**Entries shown**
☆ ☆ ☆ ☆ ☆

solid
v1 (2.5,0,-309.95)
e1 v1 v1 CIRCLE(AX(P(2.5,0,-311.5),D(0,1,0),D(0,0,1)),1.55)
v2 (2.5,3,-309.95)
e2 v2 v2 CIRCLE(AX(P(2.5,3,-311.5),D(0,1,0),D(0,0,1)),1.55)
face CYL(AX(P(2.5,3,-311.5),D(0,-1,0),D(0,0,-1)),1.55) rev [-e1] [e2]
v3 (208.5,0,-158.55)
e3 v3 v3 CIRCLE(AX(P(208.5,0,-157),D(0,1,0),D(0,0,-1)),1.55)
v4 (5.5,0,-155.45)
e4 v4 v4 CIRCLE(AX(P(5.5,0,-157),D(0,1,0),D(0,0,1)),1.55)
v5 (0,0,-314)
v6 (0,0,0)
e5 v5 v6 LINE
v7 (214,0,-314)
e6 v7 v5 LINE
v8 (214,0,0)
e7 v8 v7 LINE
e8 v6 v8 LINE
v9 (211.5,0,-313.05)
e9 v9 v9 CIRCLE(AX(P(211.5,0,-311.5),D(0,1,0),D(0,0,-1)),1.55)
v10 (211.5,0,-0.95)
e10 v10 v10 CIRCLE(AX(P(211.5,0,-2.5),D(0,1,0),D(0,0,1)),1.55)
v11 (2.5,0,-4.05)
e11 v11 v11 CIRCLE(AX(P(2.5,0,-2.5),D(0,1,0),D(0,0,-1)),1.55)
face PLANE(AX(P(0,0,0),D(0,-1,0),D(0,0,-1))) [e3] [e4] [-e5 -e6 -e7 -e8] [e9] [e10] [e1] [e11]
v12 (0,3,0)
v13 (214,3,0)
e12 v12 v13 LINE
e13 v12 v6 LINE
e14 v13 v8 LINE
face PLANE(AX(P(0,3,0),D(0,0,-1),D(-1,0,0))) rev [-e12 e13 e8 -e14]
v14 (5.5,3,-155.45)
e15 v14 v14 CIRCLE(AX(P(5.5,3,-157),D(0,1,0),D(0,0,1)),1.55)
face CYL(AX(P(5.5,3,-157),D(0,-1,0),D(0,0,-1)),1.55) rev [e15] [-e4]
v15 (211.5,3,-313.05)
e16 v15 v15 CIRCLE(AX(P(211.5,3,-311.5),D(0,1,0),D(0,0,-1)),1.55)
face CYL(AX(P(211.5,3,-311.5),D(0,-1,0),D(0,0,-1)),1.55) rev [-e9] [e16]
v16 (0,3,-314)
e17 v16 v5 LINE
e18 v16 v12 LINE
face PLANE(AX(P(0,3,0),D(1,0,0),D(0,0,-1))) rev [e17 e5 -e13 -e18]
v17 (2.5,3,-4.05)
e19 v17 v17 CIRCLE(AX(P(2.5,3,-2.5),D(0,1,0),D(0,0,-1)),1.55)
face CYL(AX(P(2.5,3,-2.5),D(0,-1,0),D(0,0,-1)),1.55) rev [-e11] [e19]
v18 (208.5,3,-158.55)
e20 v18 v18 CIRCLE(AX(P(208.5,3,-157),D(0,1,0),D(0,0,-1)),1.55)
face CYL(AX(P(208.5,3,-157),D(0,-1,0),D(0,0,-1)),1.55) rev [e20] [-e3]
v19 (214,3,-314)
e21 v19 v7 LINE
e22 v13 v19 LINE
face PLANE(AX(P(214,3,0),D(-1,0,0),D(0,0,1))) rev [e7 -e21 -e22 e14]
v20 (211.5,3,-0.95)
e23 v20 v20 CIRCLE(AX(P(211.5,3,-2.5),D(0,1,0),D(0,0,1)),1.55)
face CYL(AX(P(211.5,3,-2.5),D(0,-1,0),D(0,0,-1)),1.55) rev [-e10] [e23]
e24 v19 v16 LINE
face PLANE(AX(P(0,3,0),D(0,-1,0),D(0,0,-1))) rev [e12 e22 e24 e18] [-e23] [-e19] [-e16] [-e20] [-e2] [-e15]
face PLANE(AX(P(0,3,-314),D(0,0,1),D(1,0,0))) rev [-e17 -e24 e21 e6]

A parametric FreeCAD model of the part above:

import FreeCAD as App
import Part
import Sketcher
from FreeCAD import Vector
Q = App.Units.Quantity

doc = App.newDocument("Part")
body = doc.addObject("PartDesign::Body", "Body")

sketch1 = body.newObject("Sketcher::SketchObject", "Sketch")
sketch1.AttachmentSupport = (doc.getObject("XZ_Plane"), [""])
sketch1.MapMode = "FlatFace"
sketch1.addGeometry([
    Part.LineSegment(Vector(0, -314, 0), Vector(0, 0, 0)),
    Part.LineSegment(Vector(0, 0, 0), Vector(214, 0, 0)),
    Part.LineSegment(Vector(214, 0, 0), Vector(214, -314, 0)),
    Part.LineSegment(Vector(214, -314, 0), Vector(0, -314, 0)),
    Part.Circle(Vector(2.5, -2.5, 0), Vector(0, 0, 1), 1.6),
    Part.Circle(Vector(5.5, -157, 0), Vector(0, 0, 1), 1.6),
    Part.Circle(Vector(211.5, -2.5, 0), Vector(0, 0, 1), 1.6),
    Part.Circle(Vector(208.5, -157, 0), Vector(0, 0, 1), 1.6),
    Part.Circle(Vector(2.5, -311.5, 0), Vector(0, 0, 1), 1.6),
    Part.Circle(Vector(211.5, -311.5, 0), Vector(0, 0, 1), 1.6),
], False)
sketch1.addConstraint([
    Sketcher.Constraint("Coincident", 0, 2, 1, 1),
    Sketcher.Constraint("Coincident", 1, 2, 2, 1),
    Sketcher.Constraint("Coincident", 2, 2, 3, 1),
    Sketcher.Constraint("Coincident", 3, 2, 0, 1),
    Sketcher.Constraint("Vertical", 0),
    Sketcher.Constraint("Horizontal", 1),
    Sketcher.Constraint("Vertical", 2),
    Sketcher.Constraint("Horizontal", 3),
    Sketcher.Constraint("Coincident", 0, 2, -1, 1),
    Sketcher.Constraint("Equal", 4, 5),
    Sketcher.Constraint("Equal", 5, 6),
    Sketcher.Constraint("Equal", 6, 7),
    Sketcher.Constraint("Equal", 7, 8),
    Sketcher.Constraint("Equal", 8, 9),
    Sketcher.Constraint("Horizontal", 4, 3, 6, 3),
    Sketcher.Constraint("Horizontal", 5, 3, 7, 3),
    Sketcher.Constraint("Horizontal", 8, 3, 9, 3),
    Sketcher.Constraint("Vertical", 4, 3, 8, 3),
    Sketcher.Constraint("Vertical", 6, 3, 9, 3),
    Sketcher.Constraint("Diameter", 4, Q("3.1 mm")),
    Sketcher.Constraint("DistanceX", 1, 1, 1, 2, Q("214 mm")),
    Sketcher.Constraint("DistanceY", 0, 1, 0, 2, Q("314 mm")),
    Sketcher.Constraint("DistanceY", 5, 3, -1, 1, Q("157 mm")),
    Sketcher.Constraint("DistanceX", 4, 3, 5, 3, Q("3 mm")),
    Sketcher.Constraint("DistanceX", 4, 3, 6, 3, Q("209 mm")),
    Sketcher.Constraint("DistanceX", 7, 3, 6, 3, Q("3 mm")),
    Sketcher.Constraint("DistanceY", 8, 3, 4, 3, Q("309 mm")),
    Sketcher.Constraint("DistanceX", -1, 1, 4, 3, Q("2.5 mm")),
    Sketcher.Constraint("DistanceY", 4, 3, -1, 1, Q("2.5 mm")),
])
pad1 = body.newObject("PartDesign::Pad", "Pad")
pad1.Profile = sketch1
pad1.Length = 3
pad1.Reversed = True

doc.recompute()
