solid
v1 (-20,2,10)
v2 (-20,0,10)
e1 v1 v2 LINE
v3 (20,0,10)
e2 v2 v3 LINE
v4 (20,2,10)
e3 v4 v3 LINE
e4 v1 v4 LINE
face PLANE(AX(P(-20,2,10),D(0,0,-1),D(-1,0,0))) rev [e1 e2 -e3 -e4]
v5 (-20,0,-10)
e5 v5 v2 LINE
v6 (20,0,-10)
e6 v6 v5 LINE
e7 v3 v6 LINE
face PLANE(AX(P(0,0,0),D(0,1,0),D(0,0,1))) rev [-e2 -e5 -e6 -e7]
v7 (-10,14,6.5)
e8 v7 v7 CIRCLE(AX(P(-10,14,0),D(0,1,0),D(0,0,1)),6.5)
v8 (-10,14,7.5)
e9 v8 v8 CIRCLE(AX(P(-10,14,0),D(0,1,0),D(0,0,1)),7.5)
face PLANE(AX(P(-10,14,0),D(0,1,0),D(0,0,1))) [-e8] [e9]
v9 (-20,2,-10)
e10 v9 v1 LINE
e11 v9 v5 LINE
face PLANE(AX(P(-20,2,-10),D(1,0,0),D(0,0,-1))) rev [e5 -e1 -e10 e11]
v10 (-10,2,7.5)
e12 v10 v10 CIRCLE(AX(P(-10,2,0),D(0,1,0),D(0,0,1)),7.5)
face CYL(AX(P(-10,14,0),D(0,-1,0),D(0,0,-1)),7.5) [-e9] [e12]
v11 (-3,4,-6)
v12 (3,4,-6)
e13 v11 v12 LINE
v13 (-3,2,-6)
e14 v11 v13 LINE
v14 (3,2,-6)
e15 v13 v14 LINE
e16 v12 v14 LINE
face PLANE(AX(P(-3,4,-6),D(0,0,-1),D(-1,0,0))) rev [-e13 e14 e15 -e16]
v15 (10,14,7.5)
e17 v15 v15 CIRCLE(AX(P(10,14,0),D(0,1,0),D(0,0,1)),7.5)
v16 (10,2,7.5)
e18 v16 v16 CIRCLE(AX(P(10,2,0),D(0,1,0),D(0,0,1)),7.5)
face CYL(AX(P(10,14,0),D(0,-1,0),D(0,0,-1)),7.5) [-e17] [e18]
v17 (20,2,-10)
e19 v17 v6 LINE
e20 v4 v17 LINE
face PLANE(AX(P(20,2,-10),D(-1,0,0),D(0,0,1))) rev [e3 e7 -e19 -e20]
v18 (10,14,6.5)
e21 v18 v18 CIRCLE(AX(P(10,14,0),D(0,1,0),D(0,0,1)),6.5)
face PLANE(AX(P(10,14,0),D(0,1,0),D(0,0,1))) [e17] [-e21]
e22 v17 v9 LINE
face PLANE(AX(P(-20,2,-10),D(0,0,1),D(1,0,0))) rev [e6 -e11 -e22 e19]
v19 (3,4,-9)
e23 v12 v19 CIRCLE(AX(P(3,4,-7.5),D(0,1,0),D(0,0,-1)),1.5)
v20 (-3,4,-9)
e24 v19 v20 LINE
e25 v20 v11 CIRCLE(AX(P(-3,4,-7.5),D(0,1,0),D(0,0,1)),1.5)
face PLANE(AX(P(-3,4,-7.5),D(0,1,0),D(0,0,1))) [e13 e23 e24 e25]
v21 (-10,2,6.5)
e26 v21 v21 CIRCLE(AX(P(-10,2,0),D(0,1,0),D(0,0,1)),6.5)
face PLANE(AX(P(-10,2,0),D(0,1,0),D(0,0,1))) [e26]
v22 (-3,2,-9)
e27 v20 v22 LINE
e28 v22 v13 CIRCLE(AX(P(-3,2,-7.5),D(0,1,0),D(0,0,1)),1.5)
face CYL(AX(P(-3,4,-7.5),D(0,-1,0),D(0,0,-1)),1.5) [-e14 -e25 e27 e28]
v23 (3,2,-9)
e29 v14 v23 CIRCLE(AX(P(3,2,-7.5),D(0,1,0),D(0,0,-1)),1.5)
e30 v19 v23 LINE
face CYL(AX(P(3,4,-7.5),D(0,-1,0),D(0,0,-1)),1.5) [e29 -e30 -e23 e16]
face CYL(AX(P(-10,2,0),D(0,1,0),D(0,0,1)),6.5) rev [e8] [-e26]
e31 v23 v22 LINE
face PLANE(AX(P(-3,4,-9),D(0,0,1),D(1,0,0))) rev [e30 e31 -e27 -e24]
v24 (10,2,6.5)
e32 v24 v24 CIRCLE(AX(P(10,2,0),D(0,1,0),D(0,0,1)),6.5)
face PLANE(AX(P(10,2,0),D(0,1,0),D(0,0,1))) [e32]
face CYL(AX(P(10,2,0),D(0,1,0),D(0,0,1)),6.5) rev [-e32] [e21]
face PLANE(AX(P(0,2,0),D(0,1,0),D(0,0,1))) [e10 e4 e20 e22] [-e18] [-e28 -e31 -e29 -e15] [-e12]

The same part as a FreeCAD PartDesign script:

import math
import FreeCAD as App
import Part
import Sketcher
from FreeCAD import Vector
Q = App.Units.Quantity

doc = App.newDocument("Part")
body = doc.addObject("PartDesign::Body", "Body")

sketch1 = body.newObject("Sketcher::SketchObject", "Sketch")
sketch1.AttachmentSupport = (doc.getObject("XZ_Plane"), [""])
sketch1.MapMode = "FlatFace"
sketch1.addGeometry(Part.LineSegment(Vector(-20, -10, 0), Vector(-20, 10, 0)), False)
sketch1.addGeometry(Part.LineSegment(Vector(-20, 10, 0), Vector(20, 10, 0)), False)
sketch1.addGeometry(Part.LineSegment(Vector(20, 10, 0), Vector(20, -10, 0)), False)
sketch1.addGeometry(Part.LineSegment(Vector(20, -10, 0), Vector(-20, -10, 0)), False)
sketch1.addConstraint(Sketcher.Constraint("Coincident", 0, 2, 1, 1))
sketch1.addConstraint(Sketcher.Constraint("Coincident", 1, 2, 2, 1))
sketch1.addConstraint(Sketcher.Constraint("Coincident", 2, 2, 3, 1))
sketch1.addConstraint(Sketcher.Constraint("Coincident", 3, 2, 0, 1))
sketch1.addConstraint(Sketcher.Constraint("Vertical", 0))
sketch1.addConstraint(Sketcher.Constraint("Horizontal", 1))
sketch1.addConstraint(Sketcher.Constraint("Vertical", 2))
sketch1.addConstraint(Sketcher.Constraint("Horizontal", 3))
sketch1.addConstraint(Sketcher.Constraint("Symmetric", 0, 2, 2, 2, -1, 1))
sketch1.addConstraint(Sketcher.Constraint("DistanceX", 1, 1, 1, 2, Q("40 mm")))
sketch1.addConstraint(Sketcher.Constraint("DistanceY", 0, 1, 0, 2, Q("20 mm")))
pad1 = body.newObject("PartDesign::Pad", "Pad")
pad1.Profile = sketch1
pad1.Length = 2
pad1.Reversed = True

sketch2 = body.newObject("Sketcher::SketchObject", "Sketch001")
sketch2.AttachmentSupport = (doc.getObject("XZ_Plane"), [""])
sketch2.MapMode = "FlatFace"
sketch2.AttachmentOffset = App.Placement(Vector(0, 0, -2), App.Rotation())
sketch2.addGeometry(Part.Circle(Vector(-10, 0, 0), Vector(0, 0, 1), 8), False)
sketch2.addGeometry(Part.Circle(Vector(10, 0, 0), Vector(0, 0, 1), 8), False)
sketch2.addConstraint(Sketcher.Constraint("Equal", 0, 1))
sketch2.addConstraint(Sketcher.Constraint("Symmetric", 0, 3, 1, 3, -1, 1))
sketch2.addConstraint(Sketcher.Constraint("PointOnObject", 0, 3, -1))
sketch2.addConstraint(Sketcher.Constraint("Diameter", 0, Q("15 mm")))
sketch2.addConstraint(Sketcher.Constraint("DistanceX", 0, 3, -1, 1, Q("10 mm")))
pad2 = body.newObject("PartDesign::Pad", "Pad001")
pad2.Profile = sketch2
pad2.Length = 12
pad2.Reversed = True

sketch3 = body.newObject("Sketcher::SketchObject", "Sketch002")
sketch3.AttachmentSupport = (doc.getObject("XZ_Plane"), [""])
sketch3.MapMode = "FlatFace"
sketch3.AttachmentOffset = App.Placement(Vector(0, 0, -14), App.Rotation())
sketch3.addGeometry(Part.Circle(Vector(-10, 0, 0), Vector(0, 0, 1), 6), False)
sketch3.addConstraint(Sketcher.Constraint("PointOnObject", 0, 3, -1))
sketch3.addConstraint(Sketcher.Constraint("Diameter", 0, Q("13 mm")))
sketch3.addConstraint(Sketcher.Constraint("DistanceX", 0, 3, -1, 1, Q("10 mm")))
pocket1 = body.newObject("PartDesign::Pocket", "Pocket")
pocket1.Profile = sketch3
pocket1.Length = 12
pocket1.Reversed = True

sketch4 = body.newObject("Sketcher::SketchObject", "Sketch003")
sketch4.AttachmentSupport = (doc.getObject("XZ_Plane"), [""])
sketch4.MapMode = "FlatFace"
sketch4.AttachmentOffset = App.Placement(Vector(0, 0, -14), App.Rotation())
sketch4.addGeometry(Part.Circle(Vector(10, 0, 0), Vector(0, 0, 1), 6), False)
sketch4.addConstraint(Sketcher.Constraint("PointOnObject", 0, 3, -1))
sketch4.addConstraint(Sketcher.Constraint("Diameter", 0, Q("13 mm")))
sketch4.addConstraint(Sketcher.Constraint("DistanceX", -1, 1, 0, 3, Q("10 mm")))
pocket2 = body.newObject("PartDesign::Pocket", "Pocket001")
pocket2.Profile = sketch4
pocket2.Length = 12
pocket2.Reversed = True

sketch5 = body.newObject("Sketcher::SketchObject", "Sketch004")
sketch5.AttachmentSupport = (doc.getObject("XZ_Plane"), [""])
sketch5.MapMode = "FlatFace"
sketch5.AttachmentOffset = App.Placement(Vector(0, 0, -2), App.Rotation())
sketch5.addGeometry(Part.LineSegment(Vector(3, -9, 0), Vector(-3, -9, 0)), False)
sketch5.addGeometry(Part.ArcOfCircle(Part.Circle(Vector(-3, -7.5, 0), Vector(0, 0, 1), 1.5), math.radians(90), math.radians(270)), False)
sketch5.addGeometry(Part.LineSegment(Vector(-3, -6, 0), Vector(3, -6, 0)), False)
sketch5.addGeometry(Part.ArcOfCircle(Part.Circle(Vector(3, -7.5, 0), Vector(0, 0, 1), 1.5), math.radians(-90), math.radians(90)), False)
sketch5.addConstraint(Sketcher.Constraint("Tangent", 0, 2, 1, 2))
sketch5.addConstraint(Sketcher.Constraint("Tangent", 1, 1, 2, 1))
sketch5.addConstraint(Sketcher.Constraint("Tangent", 2, 2, 3, 2))
sketch5.addConstraint(Sketcher.Constraint("Tangent", 3, 1, 0, 1))
sketch5.addConstraint(Sketcher.Constraint("Horizontal", 0))
sketch5.addConstraint(Sketcher.Constraint("Horizontal", 2))
sketch5.addConstraint(Sketcher.Constraint("Radius", 1, Q("1.5 mm")))
sketch5.addConstraint(Sketcher.Constraint("DistanceX", 0, 2, 0, 1, Q("6 mm")))
sketch5.addConstraint(Sketcher.Constraint("DistanceX", 1, 3, -1, 1, Q("3 mm")))
sketch5.addConstraint(Sketcher.Constraint("DistanceY", 0, 2, -1, 1, Q("9 mm")))
pad3 = body.newObject("PartDesign::Pad", "Pad002")
pad3.Profile = sketch5
pad3.Length = 2
pad3.Reversed = True

doc.recompute()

☆ ☆ ☆ ☆ ☆

**What this task involves**
After locating the line with "face PLANE(AX(P(10,14,0),D(0,1,0),D(0,0,1))) [e17]" above, return that line and every later line through the one with "The same part", word for word and with nothing else.

**Completed exercise**
face PLANE(AX(P(10,14,0),D(0,1,0),D(0,0,1))) [e17] [-e21]
e22 v17 v9 LINE
face PLANE(AX(P(-20,2,-10),D(0,0,1),D(1,0,0))) rev [e6 -e11 -e22 e19]
v19 (3,4,-9)
e23 v12 v19 CIRCLE(AX(P(3,4,-7.5),D(0,1,0),D(0,0,-1)),1.5)
v20 (-3,4,-9)
e24 v19 v20 LINE
e25 v20 v11 CIRCLE(AX(P(-3,4,-7.5),D(0,1,0),D(0,0,1)),1.5)
face PLANE(AX(P(-3,4,-7.5),D(0,1,0),D(0,0,1))) [e13 e23 e24 e25]
v21 (-10,2,6.5)
e26 v21 v21 CIRCLE(AX(P(-10,2,0),D(0,1,0),D(0,0,1)),6.5)
face PLANE(AX(P(-10,2,0),D(0,1,0),D(0,0,1))) [e26]
v22 (-3,2,-9)
e27 v20 v22 LINE
e28 v22 v13 CIRCLE(AX(P(-3,2,-7.5),D(0,1,0),D(0,0,1)),1.5)
face CYL(AX(P(-3,4,-7.5),D(0,-1,0),D(0,0,-1)),1.5) [-e14 -e25 e27 e28]
v23 (3,2,-9)
e29 v14 v23 CIRCLE(AX(P(3,2,-7.5),D(0,1,0),D(0,0,-1)),1.5)
e30 v19 v23 LINE
face CYL(AX(P(3,4,-7.5),D(0,-1,0),D(0,0,-1)),1.5) [e29 -e30 -e23 e16]
face CYL(AX(P(-10,2,0),D(0,1,0),D(0,0,1)),6.5) rev [e8] [-e26]
e31 v23 v22 LINE
face PLANE(AX(P(-3,4,-9),D(0,0,1),D(1,0,0))) rev [e30 e31 -e27 -e24]
v24 (10,2,6.5)
e32 v24 v24 CIRCLE(AX(P(10,2,0),D(0,1,0),D(0,0,1)),6.5)
face PLANE(AX(P(10,2,0),D(0,1,0),D(0,0,1))) [e32]
face CYL(AX(P(10,2,0),D(0,1,0),D(0,0,1)),6.5) rev [-e32] [e21]
face PLANE(AX(P(0,2,0),D(0,1,0),D(0,0,1))) [e10 e4 e20 e22] [-e18] [-e28 -e31 -e29 -e15] [-e12]

The same part as a FreeCAD PartDesign script:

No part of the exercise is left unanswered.